A brand new Specialized Langster 2012 is £500!!!


----------



## al-fresco (22 Nov 2011)

2old2care said:


> A brand new Specialized Langster 2012 is £500!!!


 
And brand new 2011 Langsters are still available at £400.


----------



## shoelaces (26 Nov 2011)

I've just changed the stem, handlebars and saddle. So now I'm absolutely loving it!
I've put a shorter stem and narrower handlebars and it all seems fairly nifty now, much more responsive.

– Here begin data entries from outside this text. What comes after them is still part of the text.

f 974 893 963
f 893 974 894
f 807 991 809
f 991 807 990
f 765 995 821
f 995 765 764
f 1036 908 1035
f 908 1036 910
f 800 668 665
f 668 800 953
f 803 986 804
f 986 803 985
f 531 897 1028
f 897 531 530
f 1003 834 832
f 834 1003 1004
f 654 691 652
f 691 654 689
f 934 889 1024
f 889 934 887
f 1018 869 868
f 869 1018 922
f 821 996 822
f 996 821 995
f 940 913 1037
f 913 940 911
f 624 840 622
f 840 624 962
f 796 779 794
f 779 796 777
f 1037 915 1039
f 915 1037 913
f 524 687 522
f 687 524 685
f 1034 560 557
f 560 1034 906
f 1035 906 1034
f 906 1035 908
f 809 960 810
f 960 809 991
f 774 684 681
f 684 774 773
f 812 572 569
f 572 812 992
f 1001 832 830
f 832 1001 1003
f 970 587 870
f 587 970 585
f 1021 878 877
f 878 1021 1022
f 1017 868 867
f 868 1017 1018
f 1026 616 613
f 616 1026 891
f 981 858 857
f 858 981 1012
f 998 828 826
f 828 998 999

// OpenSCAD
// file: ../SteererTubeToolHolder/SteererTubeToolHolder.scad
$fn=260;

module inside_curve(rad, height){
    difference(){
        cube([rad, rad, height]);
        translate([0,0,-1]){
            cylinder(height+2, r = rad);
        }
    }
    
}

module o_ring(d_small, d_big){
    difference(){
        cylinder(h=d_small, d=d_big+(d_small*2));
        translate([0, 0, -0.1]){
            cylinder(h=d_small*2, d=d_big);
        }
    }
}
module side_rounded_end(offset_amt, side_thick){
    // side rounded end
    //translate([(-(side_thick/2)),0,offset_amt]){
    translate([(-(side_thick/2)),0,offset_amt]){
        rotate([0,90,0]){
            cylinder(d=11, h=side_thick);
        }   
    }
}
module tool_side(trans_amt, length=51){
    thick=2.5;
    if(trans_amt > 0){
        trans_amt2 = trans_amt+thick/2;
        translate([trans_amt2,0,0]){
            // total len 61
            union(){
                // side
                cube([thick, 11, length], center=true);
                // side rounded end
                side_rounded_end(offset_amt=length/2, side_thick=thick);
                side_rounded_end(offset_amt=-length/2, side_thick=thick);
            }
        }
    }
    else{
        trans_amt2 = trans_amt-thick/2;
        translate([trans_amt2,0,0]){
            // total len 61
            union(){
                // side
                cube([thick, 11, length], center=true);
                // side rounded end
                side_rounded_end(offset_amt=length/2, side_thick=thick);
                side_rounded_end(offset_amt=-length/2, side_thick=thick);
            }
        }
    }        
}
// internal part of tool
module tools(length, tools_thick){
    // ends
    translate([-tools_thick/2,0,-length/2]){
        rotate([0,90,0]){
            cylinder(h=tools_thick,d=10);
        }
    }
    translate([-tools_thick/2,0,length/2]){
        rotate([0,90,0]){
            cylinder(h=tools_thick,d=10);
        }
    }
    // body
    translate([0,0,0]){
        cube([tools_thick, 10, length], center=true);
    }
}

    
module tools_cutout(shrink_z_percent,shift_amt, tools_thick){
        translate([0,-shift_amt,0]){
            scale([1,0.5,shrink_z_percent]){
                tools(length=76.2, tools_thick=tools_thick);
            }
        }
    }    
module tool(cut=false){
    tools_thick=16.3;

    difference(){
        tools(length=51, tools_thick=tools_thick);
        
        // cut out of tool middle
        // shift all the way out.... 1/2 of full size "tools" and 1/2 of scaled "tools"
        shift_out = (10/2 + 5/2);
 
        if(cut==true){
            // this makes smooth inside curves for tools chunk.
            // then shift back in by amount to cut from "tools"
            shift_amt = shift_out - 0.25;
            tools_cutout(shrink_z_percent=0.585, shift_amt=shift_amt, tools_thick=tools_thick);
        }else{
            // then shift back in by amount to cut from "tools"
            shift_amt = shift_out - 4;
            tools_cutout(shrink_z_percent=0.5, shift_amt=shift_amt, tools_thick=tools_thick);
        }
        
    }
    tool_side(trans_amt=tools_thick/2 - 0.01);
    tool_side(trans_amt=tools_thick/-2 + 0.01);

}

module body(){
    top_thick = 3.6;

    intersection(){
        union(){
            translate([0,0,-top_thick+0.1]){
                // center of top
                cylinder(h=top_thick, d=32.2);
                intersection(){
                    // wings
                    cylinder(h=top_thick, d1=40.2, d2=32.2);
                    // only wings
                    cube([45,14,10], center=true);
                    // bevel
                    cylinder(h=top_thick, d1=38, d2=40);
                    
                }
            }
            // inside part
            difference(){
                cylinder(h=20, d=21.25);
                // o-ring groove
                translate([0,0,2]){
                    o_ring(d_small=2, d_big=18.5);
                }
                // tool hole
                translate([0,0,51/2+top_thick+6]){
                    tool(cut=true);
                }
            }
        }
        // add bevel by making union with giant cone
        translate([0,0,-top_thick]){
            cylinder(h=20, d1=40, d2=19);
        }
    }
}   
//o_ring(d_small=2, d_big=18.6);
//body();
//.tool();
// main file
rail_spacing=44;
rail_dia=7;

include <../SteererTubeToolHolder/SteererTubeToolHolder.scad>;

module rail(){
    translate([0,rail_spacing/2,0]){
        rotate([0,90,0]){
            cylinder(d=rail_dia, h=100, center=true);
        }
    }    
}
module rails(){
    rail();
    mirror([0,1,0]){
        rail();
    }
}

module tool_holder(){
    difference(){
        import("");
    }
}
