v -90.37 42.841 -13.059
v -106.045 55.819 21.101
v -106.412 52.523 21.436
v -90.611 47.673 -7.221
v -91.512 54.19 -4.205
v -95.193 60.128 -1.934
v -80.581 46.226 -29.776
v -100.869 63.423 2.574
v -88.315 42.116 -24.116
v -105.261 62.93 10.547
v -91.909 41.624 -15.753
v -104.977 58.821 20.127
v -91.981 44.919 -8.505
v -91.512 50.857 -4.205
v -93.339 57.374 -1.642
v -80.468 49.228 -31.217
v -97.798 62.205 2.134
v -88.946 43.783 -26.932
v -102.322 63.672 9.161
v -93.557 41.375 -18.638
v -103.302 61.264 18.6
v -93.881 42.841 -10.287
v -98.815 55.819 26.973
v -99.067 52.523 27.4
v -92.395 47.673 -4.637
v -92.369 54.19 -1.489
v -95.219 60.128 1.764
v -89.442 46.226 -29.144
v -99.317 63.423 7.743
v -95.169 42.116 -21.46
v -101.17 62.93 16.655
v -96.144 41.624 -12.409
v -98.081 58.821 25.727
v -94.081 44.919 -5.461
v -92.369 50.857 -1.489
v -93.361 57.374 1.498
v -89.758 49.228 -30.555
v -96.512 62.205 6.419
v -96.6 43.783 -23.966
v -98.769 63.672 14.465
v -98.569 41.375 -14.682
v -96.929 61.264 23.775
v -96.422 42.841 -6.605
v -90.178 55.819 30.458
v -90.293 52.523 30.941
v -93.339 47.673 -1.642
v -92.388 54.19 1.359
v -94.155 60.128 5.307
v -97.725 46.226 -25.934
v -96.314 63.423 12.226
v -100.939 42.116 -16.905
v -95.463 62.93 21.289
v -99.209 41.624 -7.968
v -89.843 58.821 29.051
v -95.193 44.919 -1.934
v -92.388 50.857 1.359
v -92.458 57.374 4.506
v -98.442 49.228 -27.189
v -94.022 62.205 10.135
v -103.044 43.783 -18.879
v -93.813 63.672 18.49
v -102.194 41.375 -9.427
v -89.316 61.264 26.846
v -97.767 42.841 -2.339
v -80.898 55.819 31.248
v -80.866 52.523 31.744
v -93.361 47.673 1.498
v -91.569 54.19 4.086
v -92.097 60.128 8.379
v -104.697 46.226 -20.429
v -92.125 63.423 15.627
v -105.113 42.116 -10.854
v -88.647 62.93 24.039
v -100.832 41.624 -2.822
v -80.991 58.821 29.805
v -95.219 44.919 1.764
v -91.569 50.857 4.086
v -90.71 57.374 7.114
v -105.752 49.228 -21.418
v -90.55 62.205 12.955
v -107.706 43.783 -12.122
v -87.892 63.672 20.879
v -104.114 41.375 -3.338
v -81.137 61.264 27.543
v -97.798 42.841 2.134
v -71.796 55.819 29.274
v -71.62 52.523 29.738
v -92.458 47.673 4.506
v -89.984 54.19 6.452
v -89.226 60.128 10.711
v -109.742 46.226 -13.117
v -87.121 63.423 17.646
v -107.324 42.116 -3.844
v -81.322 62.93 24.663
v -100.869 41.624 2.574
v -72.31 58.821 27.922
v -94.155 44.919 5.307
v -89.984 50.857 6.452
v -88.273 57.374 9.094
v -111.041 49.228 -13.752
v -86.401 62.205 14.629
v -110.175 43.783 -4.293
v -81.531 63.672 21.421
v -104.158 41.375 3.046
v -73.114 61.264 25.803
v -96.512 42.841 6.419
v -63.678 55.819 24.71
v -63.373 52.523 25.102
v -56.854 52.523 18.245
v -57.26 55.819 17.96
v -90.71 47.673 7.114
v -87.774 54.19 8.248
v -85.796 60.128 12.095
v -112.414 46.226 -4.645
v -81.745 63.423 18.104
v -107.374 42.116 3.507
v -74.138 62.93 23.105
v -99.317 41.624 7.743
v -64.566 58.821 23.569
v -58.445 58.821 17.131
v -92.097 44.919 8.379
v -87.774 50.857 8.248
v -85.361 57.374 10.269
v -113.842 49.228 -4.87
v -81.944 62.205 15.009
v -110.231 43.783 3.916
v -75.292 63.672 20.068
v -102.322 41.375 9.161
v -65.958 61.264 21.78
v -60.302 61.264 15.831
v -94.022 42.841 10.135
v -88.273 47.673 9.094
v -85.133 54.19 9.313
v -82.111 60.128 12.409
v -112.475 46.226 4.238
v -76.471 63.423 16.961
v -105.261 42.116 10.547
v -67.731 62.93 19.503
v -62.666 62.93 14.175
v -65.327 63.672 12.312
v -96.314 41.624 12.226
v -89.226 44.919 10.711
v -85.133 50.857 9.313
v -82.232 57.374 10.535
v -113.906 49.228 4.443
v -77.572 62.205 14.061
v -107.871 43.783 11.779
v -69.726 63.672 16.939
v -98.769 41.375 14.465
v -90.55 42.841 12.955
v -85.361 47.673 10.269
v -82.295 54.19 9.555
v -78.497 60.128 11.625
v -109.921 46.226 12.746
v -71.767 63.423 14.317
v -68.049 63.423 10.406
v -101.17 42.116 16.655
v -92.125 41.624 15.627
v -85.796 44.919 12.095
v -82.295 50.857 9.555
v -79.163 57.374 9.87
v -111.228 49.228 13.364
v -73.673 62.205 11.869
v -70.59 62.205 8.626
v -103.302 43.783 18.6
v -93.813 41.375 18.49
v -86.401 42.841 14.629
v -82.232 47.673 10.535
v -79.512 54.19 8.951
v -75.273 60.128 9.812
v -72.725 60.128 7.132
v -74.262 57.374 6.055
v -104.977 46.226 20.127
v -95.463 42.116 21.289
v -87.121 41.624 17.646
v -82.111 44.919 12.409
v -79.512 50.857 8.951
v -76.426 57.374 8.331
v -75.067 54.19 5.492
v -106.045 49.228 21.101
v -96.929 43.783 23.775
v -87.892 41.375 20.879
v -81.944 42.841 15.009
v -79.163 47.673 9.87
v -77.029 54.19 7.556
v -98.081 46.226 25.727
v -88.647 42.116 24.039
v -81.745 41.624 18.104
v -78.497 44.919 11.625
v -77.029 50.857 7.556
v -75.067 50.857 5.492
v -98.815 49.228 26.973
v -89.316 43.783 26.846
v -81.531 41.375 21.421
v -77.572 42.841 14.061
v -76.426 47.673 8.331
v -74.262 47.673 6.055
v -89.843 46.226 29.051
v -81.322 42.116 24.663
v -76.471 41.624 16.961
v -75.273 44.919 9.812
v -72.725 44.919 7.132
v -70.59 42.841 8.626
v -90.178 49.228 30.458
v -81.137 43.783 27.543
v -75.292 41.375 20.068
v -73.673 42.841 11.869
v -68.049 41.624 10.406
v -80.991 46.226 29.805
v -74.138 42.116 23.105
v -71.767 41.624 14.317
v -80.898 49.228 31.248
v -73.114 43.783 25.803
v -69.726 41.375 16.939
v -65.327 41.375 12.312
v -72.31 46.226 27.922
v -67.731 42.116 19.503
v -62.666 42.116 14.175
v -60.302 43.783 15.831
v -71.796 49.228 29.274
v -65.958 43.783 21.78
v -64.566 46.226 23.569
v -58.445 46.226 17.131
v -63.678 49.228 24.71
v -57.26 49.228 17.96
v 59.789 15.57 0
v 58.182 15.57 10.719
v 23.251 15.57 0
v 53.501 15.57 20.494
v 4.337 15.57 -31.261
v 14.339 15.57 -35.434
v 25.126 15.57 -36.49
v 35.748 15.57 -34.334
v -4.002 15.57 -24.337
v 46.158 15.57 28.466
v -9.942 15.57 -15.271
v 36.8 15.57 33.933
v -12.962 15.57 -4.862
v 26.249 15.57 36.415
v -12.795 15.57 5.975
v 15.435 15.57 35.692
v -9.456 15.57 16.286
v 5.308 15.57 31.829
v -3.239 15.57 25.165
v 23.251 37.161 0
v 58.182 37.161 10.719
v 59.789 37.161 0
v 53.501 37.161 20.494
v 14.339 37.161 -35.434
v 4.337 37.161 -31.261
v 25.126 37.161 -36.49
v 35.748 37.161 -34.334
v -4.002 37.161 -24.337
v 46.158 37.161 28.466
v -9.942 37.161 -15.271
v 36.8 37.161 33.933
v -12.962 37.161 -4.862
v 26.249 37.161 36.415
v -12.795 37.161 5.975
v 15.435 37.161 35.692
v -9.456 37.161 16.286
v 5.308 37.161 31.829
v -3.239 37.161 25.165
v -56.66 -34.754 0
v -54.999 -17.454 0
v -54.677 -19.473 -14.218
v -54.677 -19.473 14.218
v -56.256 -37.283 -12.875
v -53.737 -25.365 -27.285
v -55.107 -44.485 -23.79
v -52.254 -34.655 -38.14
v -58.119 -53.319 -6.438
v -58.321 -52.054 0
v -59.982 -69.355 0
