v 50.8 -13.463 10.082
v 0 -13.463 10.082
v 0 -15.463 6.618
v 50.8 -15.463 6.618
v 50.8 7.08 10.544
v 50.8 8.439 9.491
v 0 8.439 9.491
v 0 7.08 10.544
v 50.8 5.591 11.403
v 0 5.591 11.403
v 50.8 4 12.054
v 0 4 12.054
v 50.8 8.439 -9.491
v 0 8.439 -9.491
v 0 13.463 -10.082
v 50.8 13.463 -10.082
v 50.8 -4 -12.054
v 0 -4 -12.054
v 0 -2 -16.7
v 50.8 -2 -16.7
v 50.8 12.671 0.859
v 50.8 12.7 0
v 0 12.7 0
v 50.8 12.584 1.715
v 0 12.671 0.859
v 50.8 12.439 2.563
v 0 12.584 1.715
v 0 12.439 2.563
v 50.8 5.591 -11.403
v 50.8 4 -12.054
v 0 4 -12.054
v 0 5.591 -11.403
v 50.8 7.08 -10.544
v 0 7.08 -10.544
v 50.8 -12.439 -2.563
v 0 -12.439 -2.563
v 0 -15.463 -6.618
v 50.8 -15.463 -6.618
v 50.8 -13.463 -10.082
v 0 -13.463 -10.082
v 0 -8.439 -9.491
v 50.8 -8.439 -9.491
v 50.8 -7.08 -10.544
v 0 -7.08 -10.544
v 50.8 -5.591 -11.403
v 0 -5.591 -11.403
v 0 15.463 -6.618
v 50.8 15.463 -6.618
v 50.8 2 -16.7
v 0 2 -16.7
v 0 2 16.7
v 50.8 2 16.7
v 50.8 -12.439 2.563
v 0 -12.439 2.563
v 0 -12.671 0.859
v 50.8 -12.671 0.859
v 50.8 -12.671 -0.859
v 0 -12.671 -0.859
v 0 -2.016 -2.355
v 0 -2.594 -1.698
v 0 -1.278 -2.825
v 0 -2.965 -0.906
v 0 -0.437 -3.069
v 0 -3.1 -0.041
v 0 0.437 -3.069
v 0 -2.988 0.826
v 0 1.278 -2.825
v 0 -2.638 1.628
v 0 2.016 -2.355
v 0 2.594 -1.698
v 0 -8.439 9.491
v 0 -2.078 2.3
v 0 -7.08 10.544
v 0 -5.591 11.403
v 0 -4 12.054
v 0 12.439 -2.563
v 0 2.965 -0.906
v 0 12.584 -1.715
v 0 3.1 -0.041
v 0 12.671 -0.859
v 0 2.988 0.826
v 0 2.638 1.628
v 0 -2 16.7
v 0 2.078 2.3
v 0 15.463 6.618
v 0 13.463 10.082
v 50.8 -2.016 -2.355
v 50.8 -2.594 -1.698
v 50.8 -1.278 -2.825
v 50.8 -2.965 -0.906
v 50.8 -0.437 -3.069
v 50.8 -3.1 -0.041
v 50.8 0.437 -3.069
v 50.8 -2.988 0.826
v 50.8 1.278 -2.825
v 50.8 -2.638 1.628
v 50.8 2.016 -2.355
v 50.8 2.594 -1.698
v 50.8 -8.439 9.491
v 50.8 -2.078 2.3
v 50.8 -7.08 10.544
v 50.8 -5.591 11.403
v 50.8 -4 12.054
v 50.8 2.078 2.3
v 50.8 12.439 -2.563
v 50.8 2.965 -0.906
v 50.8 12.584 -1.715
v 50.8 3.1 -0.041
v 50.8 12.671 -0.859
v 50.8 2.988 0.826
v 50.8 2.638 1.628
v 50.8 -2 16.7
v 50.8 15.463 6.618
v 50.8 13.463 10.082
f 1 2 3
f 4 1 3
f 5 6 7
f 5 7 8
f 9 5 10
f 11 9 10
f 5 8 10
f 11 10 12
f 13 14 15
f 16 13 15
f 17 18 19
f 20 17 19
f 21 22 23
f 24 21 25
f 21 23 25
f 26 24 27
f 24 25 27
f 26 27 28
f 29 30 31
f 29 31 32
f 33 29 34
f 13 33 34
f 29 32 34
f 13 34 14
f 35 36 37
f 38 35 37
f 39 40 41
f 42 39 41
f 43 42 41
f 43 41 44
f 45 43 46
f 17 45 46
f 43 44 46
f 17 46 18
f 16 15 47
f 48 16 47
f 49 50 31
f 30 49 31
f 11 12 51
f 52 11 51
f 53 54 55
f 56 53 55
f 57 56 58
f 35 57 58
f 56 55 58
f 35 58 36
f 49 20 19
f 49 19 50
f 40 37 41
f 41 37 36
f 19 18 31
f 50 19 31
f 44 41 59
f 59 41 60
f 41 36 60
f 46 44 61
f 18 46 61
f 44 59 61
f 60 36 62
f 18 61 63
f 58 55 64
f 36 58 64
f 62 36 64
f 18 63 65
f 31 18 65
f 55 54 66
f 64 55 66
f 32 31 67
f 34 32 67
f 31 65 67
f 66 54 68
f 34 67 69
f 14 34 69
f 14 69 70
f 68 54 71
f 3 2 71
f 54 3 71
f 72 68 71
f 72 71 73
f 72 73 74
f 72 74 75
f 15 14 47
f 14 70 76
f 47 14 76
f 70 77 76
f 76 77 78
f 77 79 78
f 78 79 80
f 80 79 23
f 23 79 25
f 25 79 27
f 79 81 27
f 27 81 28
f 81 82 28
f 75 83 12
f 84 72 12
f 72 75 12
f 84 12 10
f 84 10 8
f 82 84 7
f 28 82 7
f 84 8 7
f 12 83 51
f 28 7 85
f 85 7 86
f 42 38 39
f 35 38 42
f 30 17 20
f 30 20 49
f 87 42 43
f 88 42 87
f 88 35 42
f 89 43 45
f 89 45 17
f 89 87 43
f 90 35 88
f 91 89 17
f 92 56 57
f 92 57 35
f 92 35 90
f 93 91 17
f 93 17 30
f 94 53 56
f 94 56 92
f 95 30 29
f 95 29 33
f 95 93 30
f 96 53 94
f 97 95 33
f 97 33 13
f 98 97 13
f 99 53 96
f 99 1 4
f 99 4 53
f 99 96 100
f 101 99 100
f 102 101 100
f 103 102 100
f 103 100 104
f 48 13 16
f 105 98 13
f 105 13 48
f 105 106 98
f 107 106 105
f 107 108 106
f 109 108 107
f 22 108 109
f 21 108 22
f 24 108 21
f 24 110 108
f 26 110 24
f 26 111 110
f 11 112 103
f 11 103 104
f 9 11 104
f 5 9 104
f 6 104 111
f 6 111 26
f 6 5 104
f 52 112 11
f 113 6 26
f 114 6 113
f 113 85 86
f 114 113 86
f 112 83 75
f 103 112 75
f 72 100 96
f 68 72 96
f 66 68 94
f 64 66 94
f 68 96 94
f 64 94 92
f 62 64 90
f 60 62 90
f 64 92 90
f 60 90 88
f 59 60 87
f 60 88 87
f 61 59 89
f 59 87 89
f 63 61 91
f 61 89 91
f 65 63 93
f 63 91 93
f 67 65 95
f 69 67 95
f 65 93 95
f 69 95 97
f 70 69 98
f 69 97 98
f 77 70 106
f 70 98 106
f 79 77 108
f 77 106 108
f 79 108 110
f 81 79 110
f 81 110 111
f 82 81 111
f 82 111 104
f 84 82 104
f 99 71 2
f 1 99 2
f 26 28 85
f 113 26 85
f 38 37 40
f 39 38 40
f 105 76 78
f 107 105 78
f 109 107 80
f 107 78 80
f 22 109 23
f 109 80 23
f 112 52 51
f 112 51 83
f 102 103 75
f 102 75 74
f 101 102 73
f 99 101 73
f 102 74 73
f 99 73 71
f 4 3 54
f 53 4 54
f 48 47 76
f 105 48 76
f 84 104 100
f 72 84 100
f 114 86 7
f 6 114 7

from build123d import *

# Parameters (mm, degrees)
F1_DEPTH = 50.8
F3_DEPTH = 101.6


with BuildPart() as f1:
    # F0 (on Right) → F1 (new body)
    with BuildSketch(Plane.YZ):
        with BuildLine():
            ThreePointArc((12.43875, -2.562713), (12.634519, -1.287998), (12.7, 0))
            ThreePointArc((12.7, 0), (12.634519, 1.287998), (12.43875, 2.562713))
            ThreePointArc((12.43875, 2.562713), (10.998523, 6.35), (8.43875, 9.490917))
            ThreePointArc((8.43875, 9.490917), (6.35, 10.998523), (4, 12.05363))
            ThreePointArc((4, 12.05363), (0, 12.7), (-4, 12.05363))
            ThreePointArc((-4, 12.05363), (-6.35, 10.998523), (-8.43875, 9.490917))
            ThreePointArc((-8.43875, 9.490917), (-10.998523, 6.35), (-12.43875, 2.562713))
            ThreePointArc((-12.43875, 2.562713), (-12.7, 0), (-12.43875, -2.562713))
            ThreePointArc((-12.43875, -2.562713), (-10.998523, -6.35), (-8.43875, -9.490917))
            ThreePointArc((-8.43875, -9.490917), (-6.35, -10.998523), (-4, -12.05363))
            ThreePointArc((-4, -12.05363), (0, -12.7), (4, -12.05363))
            ThreePointArc((4, -12.05363), (6.35, -10.998523), (8.43875, -9.490917))
            ThreePointArc((8.43875, -9.490917), (10.998523, -6.35), (12.43875, -2.562713))
        make_face()
        with BuildLine():
            ThreePointArc((8.43875, 9.490917), (10.998523, 6.35), (12.43875, 2.562713))
            Line((12.43875, 2.562713), (15.462624, 6.617949))
            Line((15.462624, 6.617949), (14.462624, 8.35))
            Line((14.462624, 8.35), (13.462624, 10.082051))
            Line((13.462624, 10.082051), (8.43875, 9.490917))
        make_face()
        with BuildLine():
            Line((15.462624, -6.617949), (12.43875, -2.562713))
            ThreePointArc((12.43875, -2.562713), (10.998523, -6.35), (8.43875, -9.490917))
            Line((8.43875, -9.490917), (13.462624, -10.082051))
            Line((13.462624, -10.082051), (14.462624, -8.35))
            Line((14.462624, -8.35), (15.462624, -6.617949))
        make_face()
        with BuildLine():
            ThreePointArc((-4, 12.05363), (0, 12.7), (4, 12.05363))
            Line((4, 12.05363), (2, 16.7))
            Line((2, 16.7), (0, 16.7))
            Line((0, 16.7), (-2, 16.7))
            Line((-2, 16.7), (-4, 12.05363))
        make_face()
        with BuildLine():
            Line((2, -16.7), (4, -12.05363))
            ThreePointArc((4, -12.05363), (0, -12.7), (-4, -12.05363))
            Line((-4, -12.05363), (-2, -16.7))
            Line((-2, -16.7), (0, -16.7))
            Line((0, -16.7), (2, -16.7))
        make_face()
        with BuildLine():
            ThreePointArc((-12.43875, 2.562713), (-10.998523, 6.35), (-8.43875, 9.490917))
            Line((-8.43875, 9.490917), (-13.462624, 10.082051))
            Line((-13.462624, 10.082051), (-14.462624, 8.35))
            Line((-14.462624, 8.35), (-15.462624, 6.617949))
            Line((-15.462624, 6.617949), (-12.43875, 2.562713))
        make_face()
        with BuildLine():
            Line((-13.462624, -10.082051), (-8.43875, -9.490917))
            ThreePointArc((-8.43875, -9.490917), (-10.998523, -6.35), (-12.43875, -2.562713))
            Line((-12.43875, -2.562713), (-15.462624, -6.617949))
            Line((-15.462624, -6.617949), (-14.462624, -8.35))
            Line((-14.462624, -8.35), (-13.462624, -10.082051))
        make_face()
    extrude(amount=F1_DEPTH)

    # F2 (on face) → F3 (cut)
    with BuildSketch(Plane.YZ.offset(50.8)):
        with BuildLine():
            Line((2.077989, 2.300426), (-2.077989, 2.300426))
            ThreePointArc((-2.077989, 2.300426), (0, -3.1), (2.077989, 2.300426))
        make_face()
    extrude(amount=-F3_DEPTH, mode=Mode.SUBTRACT)


solid = f1.part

And, the new comfy Charge Spoon saddle tidy's everything up nicely


----------



## Rob3rt (27 Nov 2011)

Looks pretty classy to me, not my kind of bike, its a bit too sensible for me, but for what it is, looks better than most.

Re-Strap pedal straps?


----------



## shoelaces (27 Nov 2011)

> Re-Strap pedal straps?


 
Indeed, that is another addition of mine. I love them, easy to use with any shoe and your nearly as secure as using clipless pedals.


----------



## Rob3rt (27 Nov 2011)

They are good, although they are no-where near at secure as clipless pedals, try honking up a hill on them to see what I mean, although they are secure enough to skid etc.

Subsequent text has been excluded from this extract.